**THE PROBLEM:**
Make an exact copy of the lines starting at the top of the listing below and ending at the line that contains "f 99 103 152", inclusive.

*-*-*

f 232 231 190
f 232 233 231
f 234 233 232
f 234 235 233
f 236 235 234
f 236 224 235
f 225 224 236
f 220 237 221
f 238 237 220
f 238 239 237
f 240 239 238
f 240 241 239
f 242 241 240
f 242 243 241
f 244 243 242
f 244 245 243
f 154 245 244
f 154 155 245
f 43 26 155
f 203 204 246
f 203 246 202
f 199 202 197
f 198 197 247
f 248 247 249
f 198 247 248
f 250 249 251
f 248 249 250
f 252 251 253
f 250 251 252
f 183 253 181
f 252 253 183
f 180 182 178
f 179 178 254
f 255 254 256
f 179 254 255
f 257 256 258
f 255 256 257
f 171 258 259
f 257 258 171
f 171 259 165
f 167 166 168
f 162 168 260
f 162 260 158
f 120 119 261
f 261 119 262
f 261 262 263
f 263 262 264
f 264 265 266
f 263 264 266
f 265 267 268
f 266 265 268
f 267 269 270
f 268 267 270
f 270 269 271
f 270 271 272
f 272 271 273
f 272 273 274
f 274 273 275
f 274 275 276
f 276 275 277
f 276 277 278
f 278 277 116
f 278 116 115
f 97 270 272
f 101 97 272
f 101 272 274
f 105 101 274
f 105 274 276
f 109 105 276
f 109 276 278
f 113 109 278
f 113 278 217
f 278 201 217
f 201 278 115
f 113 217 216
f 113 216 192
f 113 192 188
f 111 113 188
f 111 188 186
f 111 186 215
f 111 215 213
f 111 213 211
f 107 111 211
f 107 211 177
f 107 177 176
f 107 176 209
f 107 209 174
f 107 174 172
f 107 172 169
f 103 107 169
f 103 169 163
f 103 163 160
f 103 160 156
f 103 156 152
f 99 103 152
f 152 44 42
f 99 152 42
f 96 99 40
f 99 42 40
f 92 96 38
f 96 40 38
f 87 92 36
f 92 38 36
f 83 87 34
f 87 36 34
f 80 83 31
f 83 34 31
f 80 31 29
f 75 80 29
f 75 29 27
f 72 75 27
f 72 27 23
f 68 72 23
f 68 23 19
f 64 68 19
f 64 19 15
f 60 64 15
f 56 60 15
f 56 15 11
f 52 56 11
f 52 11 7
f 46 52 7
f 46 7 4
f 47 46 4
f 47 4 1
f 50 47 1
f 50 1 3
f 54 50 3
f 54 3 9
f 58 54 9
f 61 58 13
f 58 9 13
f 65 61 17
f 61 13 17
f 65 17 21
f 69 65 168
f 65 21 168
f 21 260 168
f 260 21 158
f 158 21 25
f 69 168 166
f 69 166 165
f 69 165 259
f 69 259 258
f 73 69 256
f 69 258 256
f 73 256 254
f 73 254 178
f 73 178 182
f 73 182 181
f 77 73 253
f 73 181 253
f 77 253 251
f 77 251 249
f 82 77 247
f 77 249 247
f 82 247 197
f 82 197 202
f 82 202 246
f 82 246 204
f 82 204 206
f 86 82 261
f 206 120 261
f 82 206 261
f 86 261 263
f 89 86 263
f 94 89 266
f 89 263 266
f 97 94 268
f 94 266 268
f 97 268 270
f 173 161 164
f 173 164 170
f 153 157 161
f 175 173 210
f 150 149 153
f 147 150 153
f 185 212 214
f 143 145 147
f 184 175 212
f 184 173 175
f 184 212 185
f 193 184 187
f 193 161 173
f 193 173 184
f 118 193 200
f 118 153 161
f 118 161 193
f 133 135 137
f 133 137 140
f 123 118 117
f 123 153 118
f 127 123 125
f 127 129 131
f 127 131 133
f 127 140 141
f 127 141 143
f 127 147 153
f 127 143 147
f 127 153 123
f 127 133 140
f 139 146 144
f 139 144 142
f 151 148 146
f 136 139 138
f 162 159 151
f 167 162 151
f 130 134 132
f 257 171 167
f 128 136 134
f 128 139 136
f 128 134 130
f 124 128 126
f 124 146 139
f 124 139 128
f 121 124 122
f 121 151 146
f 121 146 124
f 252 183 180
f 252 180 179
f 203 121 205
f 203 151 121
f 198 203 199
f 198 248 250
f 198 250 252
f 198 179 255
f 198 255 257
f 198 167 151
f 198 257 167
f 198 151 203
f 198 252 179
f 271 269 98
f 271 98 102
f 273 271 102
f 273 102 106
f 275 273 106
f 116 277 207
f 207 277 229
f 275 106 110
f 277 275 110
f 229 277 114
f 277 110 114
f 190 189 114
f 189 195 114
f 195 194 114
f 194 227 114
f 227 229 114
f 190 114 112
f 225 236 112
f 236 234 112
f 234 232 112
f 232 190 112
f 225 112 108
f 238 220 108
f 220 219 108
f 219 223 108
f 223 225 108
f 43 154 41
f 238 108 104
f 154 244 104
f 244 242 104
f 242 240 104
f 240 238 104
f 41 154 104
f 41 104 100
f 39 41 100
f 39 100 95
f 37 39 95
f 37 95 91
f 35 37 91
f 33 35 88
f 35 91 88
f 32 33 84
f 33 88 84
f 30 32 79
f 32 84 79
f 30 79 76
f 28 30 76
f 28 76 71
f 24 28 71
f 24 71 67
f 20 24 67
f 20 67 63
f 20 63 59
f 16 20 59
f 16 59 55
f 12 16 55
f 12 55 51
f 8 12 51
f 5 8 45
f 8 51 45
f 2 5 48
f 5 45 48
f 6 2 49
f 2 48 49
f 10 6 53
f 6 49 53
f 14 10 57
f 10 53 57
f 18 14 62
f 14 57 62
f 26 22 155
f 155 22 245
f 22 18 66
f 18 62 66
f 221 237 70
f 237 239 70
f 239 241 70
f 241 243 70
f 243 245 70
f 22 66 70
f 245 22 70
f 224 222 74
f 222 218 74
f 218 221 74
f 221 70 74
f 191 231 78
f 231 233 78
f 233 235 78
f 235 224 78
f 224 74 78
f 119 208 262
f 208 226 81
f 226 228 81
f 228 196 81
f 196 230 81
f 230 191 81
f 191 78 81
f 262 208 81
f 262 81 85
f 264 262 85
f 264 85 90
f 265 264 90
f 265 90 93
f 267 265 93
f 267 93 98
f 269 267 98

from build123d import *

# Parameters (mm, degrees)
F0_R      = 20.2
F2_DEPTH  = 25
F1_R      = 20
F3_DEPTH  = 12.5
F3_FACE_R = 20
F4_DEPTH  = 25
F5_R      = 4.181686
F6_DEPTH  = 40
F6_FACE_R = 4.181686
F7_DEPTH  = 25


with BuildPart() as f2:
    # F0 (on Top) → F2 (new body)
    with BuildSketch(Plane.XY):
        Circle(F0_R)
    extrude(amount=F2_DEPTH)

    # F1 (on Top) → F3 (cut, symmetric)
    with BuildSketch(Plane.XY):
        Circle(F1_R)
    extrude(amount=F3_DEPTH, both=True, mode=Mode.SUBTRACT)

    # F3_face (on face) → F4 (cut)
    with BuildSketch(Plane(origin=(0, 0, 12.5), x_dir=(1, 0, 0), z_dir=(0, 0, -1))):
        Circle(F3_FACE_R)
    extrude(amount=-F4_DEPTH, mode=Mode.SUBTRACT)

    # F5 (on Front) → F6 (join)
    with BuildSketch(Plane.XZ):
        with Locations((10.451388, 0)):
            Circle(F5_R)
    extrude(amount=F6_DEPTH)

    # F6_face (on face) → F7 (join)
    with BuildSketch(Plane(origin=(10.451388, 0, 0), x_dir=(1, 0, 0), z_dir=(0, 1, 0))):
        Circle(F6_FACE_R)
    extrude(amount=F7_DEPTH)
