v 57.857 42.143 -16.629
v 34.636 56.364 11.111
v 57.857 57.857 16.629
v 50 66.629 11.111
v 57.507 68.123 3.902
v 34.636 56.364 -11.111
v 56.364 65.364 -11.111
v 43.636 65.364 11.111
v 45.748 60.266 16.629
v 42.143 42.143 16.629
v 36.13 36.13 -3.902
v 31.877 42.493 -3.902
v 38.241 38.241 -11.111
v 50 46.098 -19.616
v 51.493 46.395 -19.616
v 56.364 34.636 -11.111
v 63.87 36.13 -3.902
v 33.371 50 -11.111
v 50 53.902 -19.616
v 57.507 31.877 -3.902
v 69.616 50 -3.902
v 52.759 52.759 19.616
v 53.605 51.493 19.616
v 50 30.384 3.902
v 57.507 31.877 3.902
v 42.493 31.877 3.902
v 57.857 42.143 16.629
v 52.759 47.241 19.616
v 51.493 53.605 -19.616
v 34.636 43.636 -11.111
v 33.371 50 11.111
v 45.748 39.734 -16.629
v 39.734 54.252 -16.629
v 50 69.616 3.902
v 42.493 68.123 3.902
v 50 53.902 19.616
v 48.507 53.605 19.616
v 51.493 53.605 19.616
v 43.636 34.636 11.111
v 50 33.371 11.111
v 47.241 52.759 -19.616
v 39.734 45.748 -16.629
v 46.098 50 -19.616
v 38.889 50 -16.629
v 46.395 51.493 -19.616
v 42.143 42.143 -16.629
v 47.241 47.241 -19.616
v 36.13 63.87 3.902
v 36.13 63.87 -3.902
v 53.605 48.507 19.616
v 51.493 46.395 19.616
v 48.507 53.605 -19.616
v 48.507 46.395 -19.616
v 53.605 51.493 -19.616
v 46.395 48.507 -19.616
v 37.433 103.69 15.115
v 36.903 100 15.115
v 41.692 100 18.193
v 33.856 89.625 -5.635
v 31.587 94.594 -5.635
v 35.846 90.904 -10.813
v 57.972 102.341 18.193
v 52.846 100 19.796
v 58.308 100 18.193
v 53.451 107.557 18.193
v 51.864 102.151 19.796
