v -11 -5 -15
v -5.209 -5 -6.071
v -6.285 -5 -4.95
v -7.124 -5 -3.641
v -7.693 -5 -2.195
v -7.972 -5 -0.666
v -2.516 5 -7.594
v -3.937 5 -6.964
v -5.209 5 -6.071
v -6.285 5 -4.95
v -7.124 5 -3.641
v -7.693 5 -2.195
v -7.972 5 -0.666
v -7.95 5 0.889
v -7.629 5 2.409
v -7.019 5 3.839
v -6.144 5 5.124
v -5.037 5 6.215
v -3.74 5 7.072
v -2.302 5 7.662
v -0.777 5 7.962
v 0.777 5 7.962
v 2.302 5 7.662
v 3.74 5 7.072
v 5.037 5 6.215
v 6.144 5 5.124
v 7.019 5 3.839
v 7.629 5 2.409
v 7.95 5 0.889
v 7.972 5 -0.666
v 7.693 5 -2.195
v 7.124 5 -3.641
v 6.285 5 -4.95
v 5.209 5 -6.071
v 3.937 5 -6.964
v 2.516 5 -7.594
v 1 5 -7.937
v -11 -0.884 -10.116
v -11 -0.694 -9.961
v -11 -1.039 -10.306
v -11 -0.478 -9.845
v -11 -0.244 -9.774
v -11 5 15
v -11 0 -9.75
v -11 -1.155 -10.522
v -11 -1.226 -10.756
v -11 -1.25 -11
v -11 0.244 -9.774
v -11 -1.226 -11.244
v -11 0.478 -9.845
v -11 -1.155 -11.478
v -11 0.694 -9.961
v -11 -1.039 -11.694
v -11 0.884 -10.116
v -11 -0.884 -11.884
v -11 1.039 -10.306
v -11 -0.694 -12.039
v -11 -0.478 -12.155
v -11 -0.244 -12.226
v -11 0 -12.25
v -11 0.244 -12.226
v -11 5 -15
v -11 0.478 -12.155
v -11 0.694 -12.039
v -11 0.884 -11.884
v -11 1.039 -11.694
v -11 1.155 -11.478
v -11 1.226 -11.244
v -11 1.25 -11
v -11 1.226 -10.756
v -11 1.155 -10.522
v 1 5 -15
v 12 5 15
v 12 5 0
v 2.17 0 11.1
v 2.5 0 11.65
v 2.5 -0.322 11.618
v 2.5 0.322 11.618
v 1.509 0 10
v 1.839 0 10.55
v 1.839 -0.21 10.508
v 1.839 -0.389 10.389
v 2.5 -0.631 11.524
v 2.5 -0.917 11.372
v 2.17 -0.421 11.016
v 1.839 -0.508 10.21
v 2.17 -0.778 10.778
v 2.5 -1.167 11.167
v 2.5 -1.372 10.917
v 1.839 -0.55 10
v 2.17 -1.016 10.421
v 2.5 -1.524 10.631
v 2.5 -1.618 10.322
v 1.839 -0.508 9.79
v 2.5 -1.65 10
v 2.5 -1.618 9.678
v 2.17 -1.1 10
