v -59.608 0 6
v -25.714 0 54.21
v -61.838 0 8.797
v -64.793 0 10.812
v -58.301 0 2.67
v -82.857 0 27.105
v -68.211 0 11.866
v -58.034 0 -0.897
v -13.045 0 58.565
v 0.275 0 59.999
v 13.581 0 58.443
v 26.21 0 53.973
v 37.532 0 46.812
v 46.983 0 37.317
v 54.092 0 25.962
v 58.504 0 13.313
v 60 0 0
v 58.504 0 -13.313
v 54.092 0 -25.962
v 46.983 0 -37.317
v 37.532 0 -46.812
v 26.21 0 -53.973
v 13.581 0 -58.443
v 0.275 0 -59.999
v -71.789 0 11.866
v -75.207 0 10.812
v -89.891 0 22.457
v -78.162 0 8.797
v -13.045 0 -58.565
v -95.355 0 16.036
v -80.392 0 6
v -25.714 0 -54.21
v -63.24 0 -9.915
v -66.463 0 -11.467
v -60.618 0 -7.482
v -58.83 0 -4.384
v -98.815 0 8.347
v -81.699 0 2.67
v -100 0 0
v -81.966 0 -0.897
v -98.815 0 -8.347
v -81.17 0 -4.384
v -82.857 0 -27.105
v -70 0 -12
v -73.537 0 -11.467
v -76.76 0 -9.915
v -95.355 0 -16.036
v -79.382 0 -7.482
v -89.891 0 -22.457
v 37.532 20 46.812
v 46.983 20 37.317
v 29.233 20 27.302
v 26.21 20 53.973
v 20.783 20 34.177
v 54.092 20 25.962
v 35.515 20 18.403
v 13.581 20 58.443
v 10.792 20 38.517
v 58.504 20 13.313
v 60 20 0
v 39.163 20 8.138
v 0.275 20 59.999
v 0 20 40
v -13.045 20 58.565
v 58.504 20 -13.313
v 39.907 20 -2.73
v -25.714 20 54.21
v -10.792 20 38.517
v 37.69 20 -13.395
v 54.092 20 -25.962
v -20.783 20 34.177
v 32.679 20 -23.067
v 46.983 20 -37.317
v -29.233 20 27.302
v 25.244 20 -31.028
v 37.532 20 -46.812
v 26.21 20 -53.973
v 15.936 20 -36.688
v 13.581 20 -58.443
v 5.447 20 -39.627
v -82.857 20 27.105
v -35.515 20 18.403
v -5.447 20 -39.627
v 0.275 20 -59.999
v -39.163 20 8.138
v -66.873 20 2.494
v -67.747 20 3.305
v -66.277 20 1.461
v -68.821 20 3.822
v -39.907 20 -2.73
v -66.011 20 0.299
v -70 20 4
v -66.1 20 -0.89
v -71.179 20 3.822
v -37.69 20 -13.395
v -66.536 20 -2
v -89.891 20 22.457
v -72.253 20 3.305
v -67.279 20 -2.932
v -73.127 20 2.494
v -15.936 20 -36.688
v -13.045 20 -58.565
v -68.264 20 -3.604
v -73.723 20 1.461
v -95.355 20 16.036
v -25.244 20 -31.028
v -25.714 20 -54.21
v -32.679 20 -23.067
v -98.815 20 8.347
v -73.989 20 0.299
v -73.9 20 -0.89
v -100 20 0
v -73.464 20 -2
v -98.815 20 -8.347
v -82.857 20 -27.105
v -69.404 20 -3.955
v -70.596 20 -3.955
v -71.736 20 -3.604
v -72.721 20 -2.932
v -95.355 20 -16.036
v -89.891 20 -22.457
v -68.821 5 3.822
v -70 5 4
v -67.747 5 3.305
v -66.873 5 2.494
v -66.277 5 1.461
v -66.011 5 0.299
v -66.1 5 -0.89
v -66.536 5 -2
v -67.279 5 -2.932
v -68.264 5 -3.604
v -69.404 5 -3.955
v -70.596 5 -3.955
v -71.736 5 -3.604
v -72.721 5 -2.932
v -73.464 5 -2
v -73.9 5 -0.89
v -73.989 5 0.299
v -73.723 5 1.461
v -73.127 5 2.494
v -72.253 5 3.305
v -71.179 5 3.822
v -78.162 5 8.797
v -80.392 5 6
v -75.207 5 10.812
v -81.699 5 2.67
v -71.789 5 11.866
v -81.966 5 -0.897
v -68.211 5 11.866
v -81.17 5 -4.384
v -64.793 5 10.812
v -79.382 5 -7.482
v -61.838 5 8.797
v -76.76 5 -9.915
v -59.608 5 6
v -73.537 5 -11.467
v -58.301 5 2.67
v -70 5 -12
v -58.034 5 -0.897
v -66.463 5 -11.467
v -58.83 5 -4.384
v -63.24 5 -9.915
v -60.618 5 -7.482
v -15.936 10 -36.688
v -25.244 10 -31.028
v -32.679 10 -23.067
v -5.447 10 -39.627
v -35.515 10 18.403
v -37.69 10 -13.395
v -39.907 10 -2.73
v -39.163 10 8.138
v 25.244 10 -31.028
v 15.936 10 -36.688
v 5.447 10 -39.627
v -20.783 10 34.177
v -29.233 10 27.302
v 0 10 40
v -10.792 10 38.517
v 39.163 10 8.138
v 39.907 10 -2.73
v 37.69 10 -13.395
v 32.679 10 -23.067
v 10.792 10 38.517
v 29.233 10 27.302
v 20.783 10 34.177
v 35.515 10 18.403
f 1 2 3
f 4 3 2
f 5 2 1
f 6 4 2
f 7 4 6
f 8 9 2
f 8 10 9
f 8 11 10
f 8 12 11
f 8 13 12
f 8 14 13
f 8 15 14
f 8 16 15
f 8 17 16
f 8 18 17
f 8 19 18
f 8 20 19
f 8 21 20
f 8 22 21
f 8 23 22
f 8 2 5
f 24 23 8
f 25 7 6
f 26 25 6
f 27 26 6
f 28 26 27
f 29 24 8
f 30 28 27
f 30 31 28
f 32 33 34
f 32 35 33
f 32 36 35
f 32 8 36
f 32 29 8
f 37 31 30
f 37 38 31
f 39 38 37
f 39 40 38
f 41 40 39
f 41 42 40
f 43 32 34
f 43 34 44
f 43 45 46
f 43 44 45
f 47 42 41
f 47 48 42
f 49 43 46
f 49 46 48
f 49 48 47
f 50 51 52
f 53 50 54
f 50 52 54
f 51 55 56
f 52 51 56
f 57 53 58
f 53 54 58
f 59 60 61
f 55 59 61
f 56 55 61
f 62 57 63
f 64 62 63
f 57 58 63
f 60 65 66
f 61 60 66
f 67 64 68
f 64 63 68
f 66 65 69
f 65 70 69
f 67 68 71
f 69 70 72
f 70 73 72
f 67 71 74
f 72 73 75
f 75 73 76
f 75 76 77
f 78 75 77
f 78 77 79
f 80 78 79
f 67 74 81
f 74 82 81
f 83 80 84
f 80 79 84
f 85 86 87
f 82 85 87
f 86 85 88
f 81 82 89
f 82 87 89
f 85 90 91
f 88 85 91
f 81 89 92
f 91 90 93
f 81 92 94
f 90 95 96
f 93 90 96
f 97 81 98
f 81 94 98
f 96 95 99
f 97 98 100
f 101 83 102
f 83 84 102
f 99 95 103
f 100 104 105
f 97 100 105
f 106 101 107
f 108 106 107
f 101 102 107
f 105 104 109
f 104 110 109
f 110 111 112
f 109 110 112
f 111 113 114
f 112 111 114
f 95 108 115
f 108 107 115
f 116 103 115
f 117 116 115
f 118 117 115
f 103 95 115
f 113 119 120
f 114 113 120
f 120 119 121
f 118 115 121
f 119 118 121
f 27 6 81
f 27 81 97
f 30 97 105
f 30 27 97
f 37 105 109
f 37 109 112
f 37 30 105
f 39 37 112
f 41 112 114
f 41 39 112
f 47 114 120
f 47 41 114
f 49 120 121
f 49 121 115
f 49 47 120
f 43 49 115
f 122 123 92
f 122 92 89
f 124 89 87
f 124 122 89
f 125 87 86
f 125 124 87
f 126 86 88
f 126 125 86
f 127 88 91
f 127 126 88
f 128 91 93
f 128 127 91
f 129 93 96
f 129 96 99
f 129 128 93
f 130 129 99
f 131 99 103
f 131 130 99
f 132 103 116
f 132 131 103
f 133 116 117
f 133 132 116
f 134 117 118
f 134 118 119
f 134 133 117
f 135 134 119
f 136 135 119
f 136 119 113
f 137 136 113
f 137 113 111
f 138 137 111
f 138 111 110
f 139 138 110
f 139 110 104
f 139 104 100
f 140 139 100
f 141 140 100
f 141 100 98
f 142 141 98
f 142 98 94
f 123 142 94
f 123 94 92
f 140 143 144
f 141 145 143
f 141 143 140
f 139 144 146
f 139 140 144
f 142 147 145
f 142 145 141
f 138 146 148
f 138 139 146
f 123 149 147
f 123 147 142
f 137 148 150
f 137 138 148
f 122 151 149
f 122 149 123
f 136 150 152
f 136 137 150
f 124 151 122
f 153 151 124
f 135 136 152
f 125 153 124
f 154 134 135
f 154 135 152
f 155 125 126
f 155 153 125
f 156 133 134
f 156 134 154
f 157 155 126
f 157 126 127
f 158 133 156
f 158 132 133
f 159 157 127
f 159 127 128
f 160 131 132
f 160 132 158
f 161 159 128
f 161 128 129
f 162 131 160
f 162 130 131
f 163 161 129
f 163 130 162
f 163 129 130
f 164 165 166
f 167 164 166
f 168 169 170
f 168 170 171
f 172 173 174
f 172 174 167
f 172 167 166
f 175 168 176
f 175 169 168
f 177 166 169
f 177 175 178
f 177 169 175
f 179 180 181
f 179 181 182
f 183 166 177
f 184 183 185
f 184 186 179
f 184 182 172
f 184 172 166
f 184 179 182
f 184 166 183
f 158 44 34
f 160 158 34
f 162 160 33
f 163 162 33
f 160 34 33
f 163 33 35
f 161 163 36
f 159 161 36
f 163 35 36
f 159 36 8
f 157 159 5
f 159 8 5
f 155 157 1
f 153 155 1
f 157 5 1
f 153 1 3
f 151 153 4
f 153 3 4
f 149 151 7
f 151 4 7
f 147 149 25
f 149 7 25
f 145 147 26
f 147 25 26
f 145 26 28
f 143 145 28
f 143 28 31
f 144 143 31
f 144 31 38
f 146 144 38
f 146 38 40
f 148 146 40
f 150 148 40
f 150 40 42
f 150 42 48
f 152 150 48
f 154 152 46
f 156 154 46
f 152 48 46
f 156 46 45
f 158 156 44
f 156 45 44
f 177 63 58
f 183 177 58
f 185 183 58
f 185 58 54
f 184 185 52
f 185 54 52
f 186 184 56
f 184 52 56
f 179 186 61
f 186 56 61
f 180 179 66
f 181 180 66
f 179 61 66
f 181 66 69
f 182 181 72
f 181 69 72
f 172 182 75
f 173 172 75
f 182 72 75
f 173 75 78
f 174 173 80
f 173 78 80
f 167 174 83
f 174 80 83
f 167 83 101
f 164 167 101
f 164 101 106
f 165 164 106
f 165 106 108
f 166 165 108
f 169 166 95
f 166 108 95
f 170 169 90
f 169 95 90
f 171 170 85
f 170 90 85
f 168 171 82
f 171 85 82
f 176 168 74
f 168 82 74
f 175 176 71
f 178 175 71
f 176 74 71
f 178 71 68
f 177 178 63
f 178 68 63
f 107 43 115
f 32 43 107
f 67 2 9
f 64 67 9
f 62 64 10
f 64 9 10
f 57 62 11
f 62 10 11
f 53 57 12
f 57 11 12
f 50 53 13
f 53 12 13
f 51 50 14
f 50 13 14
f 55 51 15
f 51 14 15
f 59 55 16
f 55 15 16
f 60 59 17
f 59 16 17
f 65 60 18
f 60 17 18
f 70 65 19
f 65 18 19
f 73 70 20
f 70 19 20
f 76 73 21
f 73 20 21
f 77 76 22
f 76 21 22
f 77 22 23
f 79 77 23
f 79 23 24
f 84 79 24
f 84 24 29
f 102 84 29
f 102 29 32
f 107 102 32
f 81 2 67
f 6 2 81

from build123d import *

# Parameters (mm, degrees)
SKETCH1_R           = 60
BOSS_EXTRUDE1_DEPTH = 20
SKETCH3_R           = 4
BOSS_EXTRUDE2_DEPTH = 20
SKETCH2_R           = 40
CUT_EXTRUDE1_DEPTH  = 10
SKETCH5_R           = 12
CUT_EXTRUDE2_DEPTH  = 5


with BuildPart() as part:
    # Sketch1 → Boss-Extrude1 (new body)
    with BuildSketch(Plane(origin=(0, 0, 0), x_dir=(1, 0, 0), z_dir=(0, 1, 0))):
        with Locations(Location((0, 0, 0), (0, 0, 270))):
            Circle(SKETCH1_R)
    extrude(amount=BOSS_EXTRUDE1_DEPTH)

    # Sketch3 → Boss-Extrude2 (add)
    with BuildSketch(Plane(origin=(0, 0, 0), x_dir=(1, 0, 0), z_dir=(0, 1, 0))):
        with BuildLine():
            Line((-82.857142857, 27.105237087), (-25.714285714, 54.210474174))
            ThreePointArc((-25.714285714, 54.210474174), (60, 0), (-25.714285714, -54.210474174))
            Line((-25.714285714, -54.210474174), (-82.857142857, -27.105237087))
            ThreePointArc((-82.857142857, -27.105237087), (-100, 0), (-82.857142857, 27.105237087))
        make_face()
        with Locations(Location((-70, 0, 0), (0, 0, 270))):
            Circle(SKETCH3_R, mode=Mode.SUBTRACT)
    extrude(amount=BOSS_EXTRUDE2_DEPTH)

    # Sketch2 → Cut-Extrude1 (cut)
    with BuildSketch(Plane(origin=(0, 20, 0), x_dir=(1, 0, 0), z_dir=(0, 1, 0))):
        with Locations(Location((0, 0, 0), (0, 0, 270))):
            Circle(SKETCH2_R)
    extrude(amount=-CUT_EXTRUDE1_DEPTH, mode=Mode.SUBTRACT)

    # Sketch5 → Cut-Extrude2 (cut)
    with BuildSketch(Plane.XZ):
        with Locations(Location((-70, 0, 0), (0, 0, 270))):
            Circle(SKETCH5_R)
    extrude(amount=-CUT_EXTRUDE2_DEPTH, mode=Mode.SUBTRACT)


solid = part.part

*-*-*

**REPLY TO THE EXERCISE:**
f 232 231 190
f 232 233 231
f 234 233 232
f 234 235 233
f 236 235 234
f 236 224 235
f 225 224 236
f 220 237 221
f 238 237 220
f 238 239 237
f 240 239 238
f 240 241 239
f 242 241 240
f 242 243 241
f 244 243 242
f 244 245 243
f 154 245 244
f 154 155 245
f 43 26 155
f 203 204 246
f 203 246 202
f 199 202 197
f 198 197 247
f 248 247 249
f 198 247 248
f 250 249 251
f 248 249 250
f 252 251 253
f 250 251 252
f 183 253 181
f 252 253 183
f 180 182 178
f 179 178 254
f 255 254 256
f 179 254 255
f 257 256 258
f 255 256 257
f 171 258 259
f 257 258 171
f 171 259 165
f 167 166 168
f 162 168 260
f 162 260 158
f 120 119 261
f 261 119 262
f 261 262 263
f 263 262 264
f 264 265 266
f 263 264 266
f 265 267 268
f 266 265 268
f 267 269 270
f 268 267 270
f 270 269 271
f 270 271 272
f 272 271 273
f 272 273 274
f 274 273 275
f 274 275 276
f 276 275 277
f 276 277 278
f 278 277 116
f 278 116 115
f 97 270 272
f 101 97 272
f 101 272 274
f 105 101 274
f 105 274 276
f 109 105 276
f 109 276 278
f 113 109 278
f 113 278 217
f 278 201 217
f 201 278 115
f 113 217 216
f 113 216 192
f 113 192 188
f 111 113 188
f 111 188 186
f 111 186 215
f 111 215 213
f 111 213 211
f 107 111 211
f 107 211 177
f 107 177 176
f 107 176 209
f 107 209 174
f 107 174 172
f 107 172 169
f 103 107 169
f 103 169 163
f 103 163 160
f 103 160 156
f 103 156 152
f 99 103 152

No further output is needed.